Kinder und der Umgang mit Geld

Für diese Investition ist es nie zu früh.

Das liebe Geld ... - Birgit Brüggehofe 2008
Das liebe Geld ... - Birgit Brüggehofe 2008
Plastik regiert. Und die Kreditkarte ist schnell gezückt, wenn Kinder Wünsche haben, deren Erfüllung keinen Wimpernschlag dauert. Für Umgang mit Geld ist es nie zu früh

Jüngere Kinder haben oft noch gar keine Vorstellung davon, woher Geld überhaupt kommt. Alle Eltern möchten sichergehen, dass die Bedürfnisse und Wünsche Ihrer Kinder erfüllt werden, egal, was sie Ihren Kindern über den Wert von Geld und harter Arbeit vermitteln. Es ist ja so leicht, seine Kreditkarte zu zücken und seine Bedürfnisse von jetzt auf gleich zu befriedigen – ohne Rücksicht darauf, welche Botschaft man damit an sein Kind sendet.

Früh übt sich …

Ziehen Sie in Erwägung, wie weitreichend und elementar es in unserer Gesellschaft ist, Ihren Kindern einiges über Geld beizubringen, und auch, wie man es in einem gewissen Rahmen sinnvoll investiert. Ihre Kinder sind nie zu klein, um quasi als Teil ihres eigenen, eingegrenzten finanziellen Erlebensspielraums etwas über den Umgang mit Geld zu lernen. Indem sie hier sehr früh Fähigkeiten und Fertigkeiten entwickeln, wird es ihnen zukünftig leichter fallen, in diesen Bereichen selbstverständlicher und kontrollierter mit Geld umzugehen.

Richten Sie auf jeden Fall für jedes Ihrer Kinder ein Sparkonto ein. Und machen Sie einen Plan. Sogar sehr kleine Kinder verstehen schon, wie ein Sparschwein funktioniert.

Sobald ein Kind zählen kann, kann es nach und nach einschätzen, was das gewohnte Eis und die begehrten Weingummischlangen wert sind. Lassen Sie es seine Wünsche nach Süßem ruhig in Beziehung zu seiner wöchentlichen Einnahme setzen: Geben Sie ab etwa dem fünften Geburtstag regelmäßig wöchentlich Taschengeld!

Sauberer Herd ist Euros wert

Sollten Sie Ihr Kind für Aufgaben im Haushalt auch in barer Münze honorieren? Dazu gehen die Meinungen auch unter Pädagogen, auseinander, und von manchem inneren Elternauge mag die Schreckensvision aufsteigen, in der der pubertierende Filius nach jedem abgetrockneten Teller mit dem Fingerknöchel auf den Küchentisch klopft, um seinen Euro pro erledigter Hausarbeitseinheit einzufordern. Lassen Sie dies eine Vision bleiben.
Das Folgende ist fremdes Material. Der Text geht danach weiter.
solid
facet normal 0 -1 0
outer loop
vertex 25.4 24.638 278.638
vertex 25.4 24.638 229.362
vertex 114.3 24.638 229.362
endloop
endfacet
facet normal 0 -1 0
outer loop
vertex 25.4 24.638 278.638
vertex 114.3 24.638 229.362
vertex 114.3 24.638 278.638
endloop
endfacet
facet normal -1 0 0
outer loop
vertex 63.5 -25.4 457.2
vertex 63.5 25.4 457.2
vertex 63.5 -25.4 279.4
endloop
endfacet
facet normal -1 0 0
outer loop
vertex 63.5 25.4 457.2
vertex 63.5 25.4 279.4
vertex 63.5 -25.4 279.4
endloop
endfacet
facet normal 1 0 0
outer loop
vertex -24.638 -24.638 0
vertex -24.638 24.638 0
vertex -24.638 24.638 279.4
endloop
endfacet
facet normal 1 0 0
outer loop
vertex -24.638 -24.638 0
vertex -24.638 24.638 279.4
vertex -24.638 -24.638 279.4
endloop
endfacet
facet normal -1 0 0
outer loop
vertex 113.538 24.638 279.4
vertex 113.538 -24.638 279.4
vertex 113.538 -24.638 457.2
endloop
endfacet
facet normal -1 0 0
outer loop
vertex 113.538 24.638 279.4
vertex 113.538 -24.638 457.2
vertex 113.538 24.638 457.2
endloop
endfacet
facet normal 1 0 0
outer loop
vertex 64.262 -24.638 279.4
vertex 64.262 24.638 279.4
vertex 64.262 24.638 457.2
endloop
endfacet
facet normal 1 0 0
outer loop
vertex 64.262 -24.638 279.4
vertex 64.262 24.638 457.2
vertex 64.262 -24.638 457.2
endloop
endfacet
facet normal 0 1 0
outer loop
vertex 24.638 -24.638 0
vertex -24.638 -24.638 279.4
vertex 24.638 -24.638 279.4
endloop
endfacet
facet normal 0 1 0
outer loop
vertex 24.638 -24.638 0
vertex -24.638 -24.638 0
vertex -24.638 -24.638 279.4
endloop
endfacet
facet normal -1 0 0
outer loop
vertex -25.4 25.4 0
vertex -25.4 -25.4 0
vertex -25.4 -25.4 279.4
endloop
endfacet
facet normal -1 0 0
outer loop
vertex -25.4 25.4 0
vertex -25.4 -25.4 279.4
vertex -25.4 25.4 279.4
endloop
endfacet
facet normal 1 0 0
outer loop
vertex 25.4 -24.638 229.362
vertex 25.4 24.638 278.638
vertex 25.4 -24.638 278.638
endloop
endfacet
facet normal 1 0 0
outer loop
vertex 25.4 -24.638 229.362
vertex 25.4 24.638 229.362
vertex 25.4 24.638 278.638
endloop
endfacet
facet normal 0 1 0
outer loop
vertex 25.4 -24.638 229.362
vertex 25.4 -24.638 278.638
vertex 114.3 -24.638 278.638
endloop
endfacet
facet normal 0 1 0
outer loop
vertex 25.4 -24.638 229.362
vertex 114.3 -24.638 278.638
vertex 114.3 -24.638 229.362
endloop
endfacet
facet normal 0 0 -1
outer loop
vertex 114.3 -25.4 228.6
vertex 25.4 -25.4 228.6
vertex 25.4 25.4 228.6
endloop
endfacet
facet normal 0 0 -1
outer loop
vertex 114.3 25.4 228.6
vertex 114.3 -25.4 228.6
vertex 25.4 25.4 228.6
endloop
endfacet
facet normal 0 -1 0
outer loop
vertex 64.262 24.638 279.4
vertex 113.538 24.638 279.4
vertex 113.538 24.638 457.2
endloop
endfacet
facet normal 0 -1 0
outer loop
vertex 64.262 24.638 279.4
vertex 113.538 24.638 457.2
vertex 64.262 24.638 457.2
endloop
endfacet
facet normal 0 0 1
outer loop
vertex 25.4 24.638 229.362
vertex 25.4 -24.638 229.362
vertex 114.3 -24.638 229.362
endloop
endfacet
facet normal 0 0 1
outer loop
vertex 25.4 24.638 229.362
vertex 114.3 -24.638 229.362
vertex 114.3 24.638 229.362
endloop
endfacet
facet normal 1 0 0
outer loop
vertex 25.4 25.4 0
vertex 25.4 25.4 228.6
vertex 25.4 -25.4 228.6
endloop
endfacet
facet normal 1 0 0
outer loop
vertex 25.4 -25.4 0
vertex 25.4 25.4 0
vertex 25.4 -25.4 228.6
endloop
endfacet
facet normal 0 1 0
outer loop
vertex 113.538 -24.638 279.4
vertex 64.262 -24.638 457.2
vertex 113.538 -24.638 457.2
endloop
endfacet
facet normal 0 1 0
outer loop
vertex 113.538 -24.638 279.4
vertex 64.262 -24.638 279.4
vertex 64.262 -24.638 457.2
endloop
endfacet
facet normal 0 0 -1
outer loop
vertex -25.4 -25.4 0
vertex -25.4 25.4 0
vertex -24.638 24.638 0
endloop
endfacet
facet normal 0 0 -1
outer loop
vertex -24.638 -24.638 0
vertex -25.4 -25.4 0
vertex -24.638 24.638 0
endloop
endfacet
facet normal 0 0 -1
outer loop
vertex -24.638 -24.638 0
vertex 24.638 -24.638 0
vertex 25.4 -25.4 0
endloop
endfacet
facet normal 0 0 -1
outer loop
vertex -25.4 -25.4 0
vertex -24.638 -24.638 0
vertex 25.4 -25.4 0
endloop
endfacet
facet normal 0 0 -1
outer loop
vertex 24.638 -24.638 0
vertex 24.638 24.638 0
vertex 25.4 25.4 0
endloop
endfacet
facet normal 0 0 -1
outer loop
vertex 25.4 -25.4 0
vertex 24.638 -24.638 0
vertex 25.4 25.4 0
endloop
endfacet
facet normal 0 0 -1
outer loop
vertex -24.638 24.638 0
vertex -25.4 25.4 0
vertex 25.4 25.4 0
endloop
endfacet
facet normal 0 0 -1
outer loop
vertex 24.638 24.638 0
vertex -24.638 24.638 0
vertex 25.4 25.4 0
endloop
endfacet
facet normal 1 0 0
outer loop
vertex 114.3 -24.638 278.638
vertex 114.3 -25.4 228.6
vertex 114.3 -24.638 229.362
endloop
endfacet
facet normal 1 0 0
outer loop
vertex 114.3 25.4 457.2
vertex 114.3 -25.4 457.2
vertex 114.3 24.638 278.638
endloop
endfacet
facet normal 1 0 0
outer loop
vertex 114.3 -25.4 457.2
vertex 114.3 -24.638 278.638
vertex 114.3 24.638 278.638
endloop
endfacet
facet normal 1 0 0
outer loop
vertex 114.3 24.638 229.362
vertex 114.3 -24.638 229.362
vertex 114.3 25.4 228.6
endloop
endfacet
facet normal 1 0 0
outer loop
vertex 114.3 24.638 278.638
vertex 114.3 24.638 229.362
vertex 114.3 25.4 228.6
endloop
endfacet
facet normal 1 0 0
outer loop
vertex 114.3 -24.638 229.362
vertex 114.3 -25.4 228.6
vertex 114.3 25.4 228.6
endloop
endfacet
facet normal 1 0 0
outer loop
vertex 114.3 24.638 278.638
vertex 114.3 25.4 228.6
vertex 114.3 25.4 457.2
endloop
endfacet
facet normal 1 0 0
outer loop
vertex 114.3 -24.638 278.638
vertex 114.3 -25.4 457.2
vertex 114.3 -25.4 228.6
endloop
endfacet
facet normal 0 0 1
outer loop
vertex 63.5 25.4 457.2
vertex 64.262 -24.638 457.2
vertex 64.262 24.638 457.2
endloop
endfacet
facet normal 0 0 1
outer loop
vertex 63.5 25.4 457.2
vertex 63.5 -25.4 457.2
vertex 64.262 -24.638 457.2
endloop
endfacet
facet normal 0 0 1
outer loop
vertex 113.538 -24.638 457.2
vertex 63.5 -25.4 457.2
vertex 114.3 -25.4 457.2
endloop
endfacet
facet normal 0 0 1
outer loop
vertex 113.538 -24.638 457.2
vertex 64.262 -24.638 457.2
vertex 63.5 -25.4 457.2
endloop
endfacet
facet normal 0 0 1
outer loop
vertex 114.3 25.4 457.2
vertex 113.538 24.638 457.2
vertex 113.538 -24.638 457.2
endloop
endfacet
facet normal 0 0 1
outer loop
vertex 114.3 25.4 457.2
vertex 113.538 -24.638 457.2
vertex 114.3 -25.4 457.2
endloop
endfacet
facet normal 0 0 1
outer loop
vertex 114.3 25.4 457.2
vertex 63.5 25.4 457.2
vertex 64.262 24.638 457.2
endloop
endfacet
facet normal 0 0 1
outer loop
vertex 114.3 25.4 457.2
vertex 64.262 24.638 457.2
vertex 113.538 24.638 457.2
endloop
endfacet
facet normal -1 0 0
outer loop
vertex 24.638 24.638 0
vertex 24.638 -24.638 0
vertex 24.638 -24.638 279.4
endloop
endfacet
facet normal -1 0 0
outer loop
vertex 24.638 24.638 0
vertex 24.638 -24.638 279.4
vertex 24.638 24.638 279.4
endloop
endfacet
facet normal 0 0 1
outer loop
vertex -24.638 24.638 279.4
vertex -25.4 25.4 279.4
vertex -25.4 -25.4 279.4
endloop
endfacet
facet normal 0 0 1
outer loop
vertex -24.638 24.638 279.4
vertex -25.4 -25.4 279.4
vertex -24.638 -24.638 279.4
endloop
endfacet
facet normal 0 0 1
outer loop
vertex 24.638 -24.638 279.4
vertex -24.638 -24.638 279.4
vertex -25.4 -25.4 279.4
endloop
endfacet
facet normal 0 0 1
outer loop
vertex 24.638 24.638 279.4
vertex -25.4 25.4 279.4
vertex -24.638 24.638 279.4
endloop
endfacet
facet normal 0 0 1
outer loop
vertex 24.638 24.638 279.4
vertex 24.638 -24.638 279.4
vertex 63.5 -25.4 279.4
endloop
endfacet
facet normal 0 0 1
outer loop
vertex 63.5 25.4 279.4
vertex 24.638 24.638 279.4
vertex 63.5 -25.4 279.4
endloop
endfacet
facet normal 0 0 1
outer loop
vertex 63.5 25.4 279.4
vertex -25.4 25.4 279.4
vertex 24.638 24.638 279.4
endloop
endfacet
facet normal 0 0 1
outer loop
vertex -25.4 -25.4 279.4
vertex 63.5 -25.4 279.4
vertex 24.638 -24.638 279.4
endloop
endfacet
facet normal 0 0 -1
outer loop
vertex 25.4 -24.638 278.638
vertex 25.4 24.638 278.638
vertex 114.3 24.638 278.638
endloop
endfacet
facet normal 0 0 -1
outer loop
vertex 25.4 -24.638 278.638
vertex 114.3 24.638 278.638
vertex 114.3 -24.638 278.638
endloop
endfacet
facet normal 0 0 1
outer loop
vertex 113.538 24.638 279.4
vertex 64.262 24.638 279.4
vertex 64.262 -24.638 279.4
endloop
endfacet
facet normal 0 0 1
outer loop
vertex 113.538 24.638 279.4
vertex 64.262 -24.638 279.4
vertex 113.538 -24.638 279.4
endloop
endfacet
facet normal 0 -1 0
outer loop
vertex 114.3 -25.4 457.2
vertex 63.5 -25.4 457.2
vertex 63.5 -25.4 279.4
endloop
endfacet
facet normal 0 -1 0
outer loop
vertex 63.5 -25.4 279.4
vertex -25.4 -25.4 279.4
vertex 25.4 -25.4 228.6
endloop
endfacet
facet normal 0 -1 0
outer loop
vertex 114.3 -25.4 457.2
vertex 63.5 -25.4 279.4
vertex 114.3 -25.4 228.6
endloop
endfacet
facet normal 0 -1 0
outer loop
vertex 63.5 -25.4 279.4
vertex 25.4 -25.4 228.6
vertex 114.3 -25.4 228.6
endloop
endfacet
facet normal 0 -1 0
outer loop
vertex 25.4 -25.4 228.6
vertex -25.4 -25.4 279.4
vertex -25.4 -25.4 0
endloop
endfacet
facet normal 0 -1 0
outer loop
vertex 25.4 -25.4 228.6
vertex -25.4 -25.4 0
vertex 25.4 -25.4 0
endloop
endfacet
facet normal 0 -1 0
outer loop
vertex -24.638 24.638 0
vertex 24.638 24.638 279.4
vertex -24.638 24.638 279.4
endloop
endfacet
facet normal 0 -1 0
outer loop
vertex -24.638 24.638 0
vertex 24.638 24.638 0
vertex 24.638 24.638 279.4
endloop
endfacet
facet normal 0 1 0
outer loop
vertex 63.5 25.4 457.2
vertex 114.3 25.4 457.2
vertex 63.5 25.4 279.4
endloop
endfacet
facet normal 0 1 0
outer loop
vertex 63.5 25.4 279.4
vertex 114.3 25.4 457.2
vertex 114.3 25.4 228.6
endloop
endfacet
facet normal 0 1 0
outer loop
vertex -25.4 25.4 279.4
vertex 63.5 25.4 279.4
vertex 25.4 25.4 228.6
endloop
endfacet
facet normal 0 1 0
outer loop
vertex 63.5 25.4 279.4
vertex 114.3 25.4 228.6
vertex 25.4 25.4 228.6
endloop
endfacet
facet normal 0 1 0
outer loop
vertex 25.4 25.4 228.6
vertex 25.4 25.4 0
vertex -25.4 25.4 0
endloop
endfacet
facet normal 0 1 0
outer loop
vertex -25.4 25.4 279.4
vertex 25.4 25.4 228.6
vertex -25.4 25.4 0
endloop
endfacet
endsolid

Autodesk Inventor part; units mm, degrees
ref_plane "YZ Plane" through (0, 0, 0) normal (1, 0, 0) x (0, 1, 0)
ref_plane "XZ Plane" through (0, 0, 0) normal (0, 1, 0) x (-1, 0, 0)
ref_plane "XY Plane" through (0, 0, 0) normal (0, 0, 1) x (1, 0, 0)
sketch "Sketch1" plane through (0, 0, 0) normal (0, 0, 1) x (1, 0, 0)
  line L0 (-25.4, 25.4) -> (25.4, 25.4)
  line L1 (25.4, 25.4) -> (25.4, -25.4)
  line L2 (25.4, -25.4) -> (-25.4, -25.4)
  line L3 (-25.4, -25.4) -> (-25.4, 25.4)
  line L4 (24.638, 24.638) -> (-24.638, 24.638)
  line L5 (-24.638, 24.638) -> (-24.638, -24.638)
  line L6 (-24.638, -24.638) -> (24.638, -24.638)
  line L7 (24.638, -24.638) -> (24.638, 24.638)
  point P0 (0, 0)
  point P1 (0, 25.4)
  point P2 (25.4, 0)
  dimension "d0" = 50.8
  dimension "d1" = 50.8
  dimension "d2" = 0.762
extrude "Extrusion1" add sketch "Sketch1" along normal blind 279.4
sketch "Sketch2" plane through (25.4, -25.4, 0) normal (1, 0, 0) x (0, 0, -1)
  line L0 (0, 50.8) -> (-279.4, 50.8) projected
  line L1 (-279.4, 0) -> (-228.6, 0)
  line L2 (-228.6, 0) -> (-228.6, 50.8)
  line L3 (-228.6, 50.8) -> (-279.4, 50.8)
  line L4 (-279.4, 50.8) -> (-279.4, 0)
  line L5 (-278.638, 0.762) -> (-229.362, 0.762)
  line L6 (-229.362, 0.762) -> (-229.362, 50.038)
  line L7 (-229.362, 50.038) -> (-278.638, 50.038)
  line L8 (-278.638, 50.038) -> (-278.638, 0.762)
  point P0 (0, 25.4)
  dimension "d5" = 50.8
  dimension "d6" = 0.762
extrude "Extrusion2" add sketch "Sketch2" along normal blind 88.9
sketch "Sketch3" plane through (0, 0, 279.4) normal (0, 0, 1) x (1, 0, 0)
  point P0 (0, 0)
sketch "Sketch4" plane through (0, 0, 279.4) normal (0, 0, 1) x (1, 0, 0)
  line L0 (-25.4, -25.4) -> (114.3, -25.4) projected
  line L1 (114.3, 25.4) -> (63.5, 25.4)
  line L2 (63.5, 25.4) -> (63.5, -25.4)
  line L3 (63.5, -25.4) -> (114.3, -25.4)
  line L4 (114.3, -25.4) -> (114.3, 25.4)
  line L5 (113.538, 24.638) -> (64.262, 24.638)
  line L6 (64.262, 24.638) -> (64.262, -24.638)
  line L7 (64.262, -24.638) -> (113.538, -24.638)
  line L8 (113.538, -24.638) -> (113.538, 24.638)
  point P0 (0, 0)
  dimension "d9" = 50.8
  dimension "d10" = 0.762
extrude "Extrusion3" add sketch "Sketch4" along normal blind 177.8
properties part number "Side Rail"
Hausarbeit ist Kinderpflicht, das sagt nicht zuletzt das BGB. Aber warum nicht wiederkehrende, größere Aufgaben wie Rasenmähen oder Teppich shampoonieren gut geplant mit bestimmten Beträgen versehen? Die Wahrheit liegt, wie meistens, in der Mitte, und dort trifft man sich auch, um solche Dinge gemeinsam festzulegen.

Eigenes Geld – ein gutes Gefühl

Schlagen Sie Ihren Kindern vor, sich auch außerhalb ihres Zuhauses zu betätigen, also für Geld zu arbeiten. Ihr Teenager kann neben der Schule oder am Wochenende einen Teilzeitjob annehmen. Sie fragen jetzt sicher, wann soll mein Sohn das denn noch machen? Nun ja, er soll ja nicht für Sie alle das Brot verdienen, sondern ein anderes Verhältnis zu Geldwert und Arbeit aufbauen. Gar nicht zu schweigen vom positiven Nebeneffekt für zukünftige Bewerbungsbemühungen. Es ist eine wichtige Lektion für Kinder, zu wissen, dass Geld nicht sinnlos aus dem Fenster geworfen werden sollte, und sie stärkt Selbstbewusstsein und Selbstwert.

Planung und Transparenz schafft Klarheit

Finanzplanung für Kids? Warum nicht? Ermutigen Sie Ihre Kinder, Ihre Einkünfte aufzuteilen und beim Sparen ein wenig geplant vorzugehen, z. B. in Form von Kurzzeitersparnissen für Spielzeuge, regelmäßige Ausgaben (das eigentliche Taschengeld) sowie Langzeitersparnisse für größere Wünsche. Ungewohnte Töne? Manchem mag dieser Ansatz übertrieben scheinen. Dennoch sind gute Gewohnheiten in Gelddingen, die man bereits in der Kindheit erwirbt, für das ganze Leben prägend.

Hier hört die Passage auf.